Many authors have previously addressed these problems.
Two main approaches have been used so far for this purpose: the physical
approach, where sound fields resembling real ones as closely as possible are
simulated, and the perceptual approach, where the resulting perceptual effects
are taken into account.
The physical approaches used so far in this context
have involved modelling sound fields using physical models based on propagation
equations. In this case, the distribution of the acoustical energy in the 3D
space requires a set of fixed loudspeakers precisely- and
accurately-controlled. Several techniques such as ambisonics [2], surround sound [3] and, more recently, wave
field synthesis [4],
and VBAP [5] have been
developed and used in studies on these lines. Specific systems designed for
headphone listening have also been developed [6], which involve filtering signals recorded under
anechoic conditions with head-related transfer functions (HRTFs). However, the
specificity of individual HRTF gives rise to robustness issues, which have not
yet been solved. In addition, it is not clear how a system of spatialization
may be suitable for simulating rapidly moving sound sources, since they do not
take the dynamics of the source into account. Lastly, Warren et al. [7] have established that
different brain processes are responsible for mediating static and dynamic
moving sounds, since the perceptual cues involved were found to differ between
these two categories of sounds.
The perceptual approaches to these issues have tended
to focus on the attributes that convey the impression that sounds are in
motion. Chowning [8], who conducted empirical studies on these lines,
established the importance of specific perceptual cues for the synthesis of
realistic moving sounds.
In the first part of this paper, the physical and
perceptual approaches are combined to develop a real-time model for a moving
source that can be applied to any sound file. This model, which was based on
Chowning's studies, was calibrated using physical knowledge about sound
propagation, including air absorption, reverberation processes, and the Doppler
effect. The second part of this paper deals with two audio applications of this
system. The first application presented is the Leslie cabinet, a
rotating source system enclosed in a wooden box, which was modelled by
combining several moving sound elements to simulate complex acoustic phenomena.

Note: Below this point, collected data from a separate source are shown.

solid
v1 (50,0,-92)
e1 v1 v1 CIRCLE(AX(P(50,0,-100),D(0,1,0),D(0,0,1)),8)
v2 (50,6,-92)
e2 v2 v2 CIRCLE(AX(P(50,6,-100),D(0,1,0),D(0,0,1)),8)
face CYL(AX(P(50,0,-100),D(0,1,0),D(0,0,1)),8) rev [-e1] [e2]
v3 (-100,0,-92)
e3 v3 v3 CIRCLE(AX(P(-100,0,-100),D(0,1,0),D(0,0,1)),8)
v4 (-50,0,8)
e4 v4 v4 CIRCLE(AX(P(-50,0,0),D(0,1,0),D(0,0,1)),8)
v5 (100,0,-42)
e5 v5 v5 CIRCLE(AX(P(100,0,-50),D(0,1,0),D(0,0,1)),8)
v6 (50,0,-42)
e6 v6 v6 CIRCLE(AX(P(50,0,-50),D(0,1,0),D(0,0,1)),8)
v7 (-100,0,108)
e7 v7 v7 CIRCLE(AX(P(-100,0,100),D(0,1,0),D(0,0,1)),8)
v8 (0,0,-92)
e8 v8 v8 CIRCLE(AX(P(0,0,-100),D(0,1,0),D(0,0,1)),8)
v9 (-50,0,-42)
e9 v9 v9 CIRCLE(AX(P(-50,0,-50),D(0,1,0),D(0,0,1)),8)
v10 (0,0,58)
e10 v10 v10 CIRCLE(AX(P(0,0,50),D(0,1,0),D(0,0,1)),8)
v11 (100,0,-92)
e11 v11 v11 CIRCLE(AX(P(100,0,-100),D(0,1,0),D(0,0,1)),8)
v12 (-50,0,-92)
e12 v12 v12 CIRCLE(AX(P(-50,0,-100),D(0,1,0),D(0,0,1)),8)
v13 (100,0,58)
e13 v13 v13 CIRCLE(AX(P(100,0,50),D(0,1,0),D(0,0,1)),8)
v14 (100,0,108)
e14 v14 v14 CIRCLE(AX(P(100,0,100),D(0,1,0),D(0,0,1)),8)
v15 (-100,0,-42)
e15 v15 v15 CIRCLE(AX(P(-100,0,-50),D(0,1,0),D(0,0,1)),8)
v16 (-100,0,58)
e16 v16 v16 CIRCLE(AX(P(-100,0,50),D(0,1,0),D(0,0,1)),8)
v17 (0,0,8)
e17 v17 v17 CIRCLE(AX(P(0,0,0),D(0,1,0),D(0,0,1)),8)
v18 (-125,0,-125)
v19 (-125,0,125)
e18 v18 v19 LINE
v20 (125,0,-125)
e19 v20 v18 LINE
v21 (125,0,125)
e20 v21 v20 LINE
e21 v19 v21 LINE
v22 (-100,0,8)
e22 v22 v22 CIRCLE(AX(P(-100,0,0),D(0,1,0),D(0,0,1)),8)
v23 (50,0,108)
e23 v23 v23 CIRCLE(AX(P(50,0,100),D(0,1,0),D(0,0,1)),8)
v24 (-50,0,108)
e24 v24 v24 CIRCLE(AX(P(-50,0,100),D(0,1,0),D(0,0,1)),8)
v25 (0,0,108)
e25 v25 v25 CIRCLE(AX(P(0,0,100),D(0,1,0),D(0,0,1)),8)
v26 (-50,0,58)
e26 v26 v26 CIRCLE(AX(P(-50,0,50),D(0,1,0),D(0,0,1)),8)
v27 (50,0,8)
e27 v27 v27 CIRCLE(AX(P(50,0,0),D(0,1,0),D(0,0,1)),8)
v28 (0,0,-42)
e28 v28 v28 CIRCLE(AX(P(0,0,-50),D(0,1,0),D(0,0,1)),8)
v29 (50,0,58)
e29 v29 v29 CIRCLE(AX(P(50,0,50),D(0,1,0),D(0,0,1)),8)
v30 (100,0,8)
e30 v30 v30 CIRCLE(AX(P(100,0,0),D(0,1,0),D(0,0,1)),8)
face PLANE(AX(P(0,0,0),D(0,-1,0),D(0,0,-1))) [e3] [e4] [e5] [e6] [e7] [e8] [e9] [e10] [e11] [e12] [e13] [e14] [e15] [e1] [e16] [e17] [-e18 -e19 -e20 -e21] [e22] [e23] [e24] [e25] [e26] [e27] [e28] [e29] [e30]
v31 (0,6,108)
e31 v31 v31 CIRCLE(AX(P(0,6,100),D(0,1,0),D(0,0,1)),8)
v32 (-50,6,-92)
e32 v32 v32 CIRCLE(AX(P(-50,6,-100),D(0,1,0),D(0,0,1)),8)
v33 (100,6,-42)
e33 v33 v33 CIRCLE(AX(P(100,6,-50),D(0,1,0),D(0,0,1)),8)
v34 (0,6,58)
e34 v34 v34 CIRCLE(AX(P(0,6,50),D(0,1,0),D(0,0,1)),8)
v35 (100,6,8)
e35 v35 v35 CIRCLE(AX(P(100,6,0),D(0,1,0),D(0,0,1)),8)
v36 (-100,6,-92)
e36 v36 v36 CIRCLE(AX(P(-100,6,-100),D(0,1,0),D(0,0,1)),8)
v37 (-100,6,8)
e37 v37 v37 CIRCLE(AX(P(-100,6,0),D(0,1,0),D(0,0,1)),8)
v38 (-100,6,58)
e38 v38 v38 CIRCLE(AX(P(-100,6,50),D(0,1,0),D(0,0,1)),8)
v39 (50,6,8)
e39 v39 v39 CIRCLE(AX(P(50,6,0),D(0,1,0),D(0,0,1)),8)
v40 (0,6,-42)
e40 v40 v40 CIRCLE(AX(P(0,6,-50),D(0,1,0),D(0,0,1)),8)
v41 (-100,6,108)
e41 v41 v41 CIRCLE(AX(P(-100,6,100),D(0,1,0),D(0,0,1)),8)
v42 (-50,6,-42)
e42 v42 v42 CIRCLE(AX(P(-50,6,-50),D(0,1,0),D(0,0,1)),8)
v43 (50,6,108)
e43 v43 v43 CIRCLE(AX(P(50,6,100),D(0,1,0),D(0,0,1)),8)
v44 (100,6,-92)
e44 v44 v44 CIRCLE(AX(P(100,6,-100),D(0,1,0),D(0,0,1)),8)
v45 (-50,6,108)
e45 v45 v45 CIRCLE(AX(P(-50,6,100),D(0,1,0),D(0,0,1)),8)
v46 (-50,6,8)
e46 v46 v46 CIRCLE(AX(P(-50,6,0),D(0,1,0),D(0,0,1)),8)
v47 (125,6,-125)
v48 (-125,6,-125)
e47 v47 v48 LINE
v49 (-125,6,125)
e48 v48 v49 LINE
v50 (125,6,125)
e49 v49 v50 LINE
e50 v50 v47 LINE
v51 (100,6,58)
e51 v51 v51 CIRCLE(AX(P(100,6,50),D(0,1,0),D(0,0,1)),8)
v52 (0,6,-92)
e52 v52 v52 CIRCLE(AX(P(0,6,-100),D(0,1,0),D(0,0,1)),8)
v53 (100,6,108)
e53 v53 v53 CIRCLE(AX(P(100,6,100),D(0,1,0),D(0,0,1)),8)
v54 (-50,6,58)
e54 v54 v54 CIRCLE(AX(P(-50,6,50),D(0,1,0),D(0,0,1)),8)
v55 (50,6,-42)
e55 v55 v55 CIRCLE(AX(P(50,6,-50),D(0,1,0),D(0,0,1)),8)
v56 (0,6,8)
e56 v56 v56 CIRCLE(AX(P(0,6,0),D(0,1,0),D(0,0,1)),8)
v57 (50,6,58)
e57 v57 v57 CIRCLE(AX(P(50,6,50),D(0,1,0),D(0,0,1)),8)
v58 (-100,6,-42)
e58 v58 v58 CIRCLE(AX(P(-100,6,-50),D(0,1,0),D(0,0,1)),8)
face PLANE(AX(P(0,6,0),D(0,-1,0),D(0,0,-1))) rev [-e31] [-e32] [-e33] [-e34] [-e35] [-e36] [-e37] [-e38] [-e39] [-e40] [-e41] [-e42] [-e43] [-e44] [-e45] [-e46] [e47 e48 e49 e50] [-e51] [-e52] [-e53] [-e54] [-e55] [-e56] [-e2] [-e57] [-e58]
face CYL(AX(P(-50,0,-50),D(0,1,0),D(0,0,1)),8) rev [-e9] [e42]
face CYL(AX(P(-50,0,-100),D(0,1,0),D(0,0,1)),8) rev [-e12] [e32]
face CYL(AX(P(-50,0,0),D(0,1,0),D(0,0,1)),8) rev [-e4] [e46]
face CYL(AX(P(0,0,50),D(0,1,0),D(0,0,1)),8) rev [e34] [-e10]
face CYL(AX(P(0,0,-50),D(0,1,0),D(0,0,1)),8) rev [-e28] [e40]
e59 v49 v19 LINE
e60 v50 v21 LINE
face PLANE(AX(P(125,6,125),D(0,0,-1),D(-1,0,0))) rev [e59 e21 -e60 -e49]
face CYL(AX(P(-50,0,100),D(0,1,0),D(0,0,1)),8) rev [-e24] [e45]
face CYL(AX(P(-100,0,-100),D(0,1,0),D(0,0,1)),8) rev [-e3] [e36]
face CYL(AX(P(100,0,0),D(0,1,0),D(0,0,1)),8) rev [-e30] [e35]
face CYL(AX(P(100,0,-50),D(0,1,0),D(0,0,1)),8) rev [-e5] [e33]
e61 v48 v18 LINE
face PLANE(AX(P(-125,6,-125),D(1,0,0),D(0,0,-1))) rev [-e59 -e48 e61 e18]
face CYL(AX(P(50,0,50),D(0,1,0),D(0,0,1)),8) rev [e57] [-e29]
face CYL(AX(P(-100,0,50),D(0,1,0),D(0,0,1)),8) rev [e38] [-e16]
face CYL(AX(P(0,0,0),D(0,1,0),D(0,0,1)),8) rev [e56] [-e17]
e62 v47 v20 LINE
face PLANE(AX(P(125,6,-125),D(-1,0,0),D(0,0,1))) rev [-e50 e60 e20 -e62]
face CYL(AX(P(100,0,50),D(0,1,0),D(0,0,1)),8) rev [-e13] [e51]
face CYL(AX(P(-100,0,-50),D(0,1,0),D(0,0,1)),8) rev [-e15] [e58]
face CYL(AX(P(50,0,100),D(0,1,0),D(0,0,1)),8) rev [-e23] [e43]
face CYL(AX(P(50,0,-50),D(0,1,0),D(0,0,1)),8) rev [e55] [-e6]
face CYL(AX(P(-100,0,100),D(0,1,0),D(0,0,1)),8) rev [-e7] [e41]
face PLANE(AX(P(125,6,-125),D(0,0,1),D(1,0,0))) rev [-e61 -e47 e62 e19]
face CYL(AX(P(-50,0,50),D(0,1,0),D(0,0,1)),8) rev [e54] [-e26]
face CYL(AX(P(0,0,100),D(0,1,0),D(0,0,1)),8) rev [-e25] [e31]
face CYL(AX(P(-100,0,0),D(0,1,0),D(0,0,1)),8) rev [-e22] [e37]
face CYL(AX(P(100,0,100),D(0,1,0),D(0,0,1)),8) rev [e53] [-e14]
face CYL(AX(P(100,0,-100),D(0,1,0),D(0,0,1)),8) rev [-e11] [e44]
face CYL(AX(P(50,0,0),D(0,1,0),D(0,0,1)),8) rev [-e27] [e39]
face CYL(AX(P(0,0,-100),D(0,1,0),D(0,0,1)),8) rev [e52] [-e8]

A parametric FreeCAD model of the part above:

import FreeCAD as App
import Part
import Sketcher
Q = App.Units.Quantity

doc = App.newDocument("Part")
body = doc.addObject("PartDesign::Body", "Body")

sketch1 = doc.addObject("Sketcher::SketchObject", "Sketch")
body.addObject(sketch1)
sketch1.AttachmentSupport = (doc.XZ_Plane, [""])
sketch1.MapMode = "FlatFace"
sketch1.addGeometry(Part.LineSegment(App.Vector(-125, -125, 0), App.Vector(-125, 125, 0)), False)
sketch1.addGeometry(Part.LineSegment(App.Vector(-125, 125, 0), App.Vector(125, 125, 0)), False)
sketch1.addGeometry(Part.LineSegment(App.Vector(125, 125, 0), App.Vector(125, -125, 0)), False)
sketch1.addGeometry(Part.LineSegment(App.Vector(125, -125, 0), App.Vector(-125, -125, 0)), False)
sketch1.addConstraint(Sketcher.Constraint("Coincident", 0, 2, 1, 1))
sketch1.addConstraint(Sketcher.Constraint("Coincident", 1, 2, 2, 1))
sketch1.addConstraint(Sketcher.Constraint("Coincident", 2, 2, 3, 1))
sketch1.addConstraint(Sketcher.Constraint("Coincident", 3, 2, 0, 1))
sketch1.addConstraint(Sketcher.Constraint("Vertical", 0))
sketch1.addConstraint(Sketcher.Constraint("Horizontal", 1))
sketch1.addConstraint(Sketcher.Constraint("Vertical", 2))
sketch1.addConstraint(Sketcher.Constraint("Horizontal", 3))
sketch1.addConstraint(Sketcher.Constraint("Symmetric", 0, 2, 2, 2, -1, 1))
sketch1.addConstraint(Sketcher.Constraint("Equal", 3, 0))
sketch1.addConstraint(Sketcher.Constraint("DistanceX", 1, 1, 1, 2, Q("250 mm")))
pad1 = doc.addObject("PartDesign::Pad", "Pad")
body.addObject(pad1)
pad1.Profile = sketch1
pad1.Length = 6
pad1.Reversed = True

In this application, we take the case of a listener placed far from the sound
sources, which means that the acoustic environment greatly alters the original
sound. The second application focuses on a virtual reality installation
combined with cosmic particle detectors: the Cosmophone. Here, the
listener is immersed in a 3D space simulating the sonified trajectories of the
particles.
2. What is Perceptually Relevant?
Based on previous studies (see, e.g., [9] and the references therein,
[8, 10–16]), four important perceptual
cues can be used to draw up a generic model for a moving sound source. Most of
these cues do not depend on the spatialization process involved, but they are
nevertheless greatly influencing the perception of sounds, including those
emitted by fixed sources.
Sound pressure
From the physical point of view, the sound pressure
relates to the sound intensity, and in a more complex way, the loudness. Sound
pressure varies inversely with the distance between the source and the
listener. This rule is of great importance from the perceptual point of view
[15], and it is
possibly decisive in the case of slowly moving sources. It is worth noting that
only the relative changes in the sound pressure should be taken into account,
since the absolute pressure has little effect on the resulting perceptual
effect.
Timbre
Timbre is a perceptual attribute which makes it
possible to discriminate between different sounds having the same pitch,
loudness, and duration [17]. From a signal processing point of view, timbre
variations are reflected in changes in both the time evolution and the spectral
distribution of the sound energy. Subtle changes of timbre can also make it
possible to distinguish between various sounds belonging to the same class. For
example, in the class consisting of impact sounds on geometrically identical
bars, it was established in a previous study that it is possible to
differentiate perceptually between various wood species [18].Changes in the timbre of moving sound sources, which
are physically predictable, play an important perceptual role. Composers such
as Maurice Ravel used cues of this kind in addition to intensity variations to
make a realistic sensation of an an-coming band in his Bolero: the
orchestra starts in a low-frequency register to simulate the band playing at a
distance, and the brightness gradually increases to make the musicians seem to
be coming closer. Schaeffer [10] also used changes of timbre in a radiophonic context
to simulate auditory scenes, where the speakers occupied different positions in
the virtual space.The changes of timbre due to distance can be accounted
for physically in terms of air absorption. The main perceptual effect of air
absorption on sounds is due to a low-pass filtering process, the result of
which depends on the distance between source and listener. Note that, under
usual conditions, the
kHz frequency band, in which most human
communications occur varies very little, even at large source-to-listener
distances. To simulate moving sound sources which cover large distances,
effects due to air absorption must be taken into account.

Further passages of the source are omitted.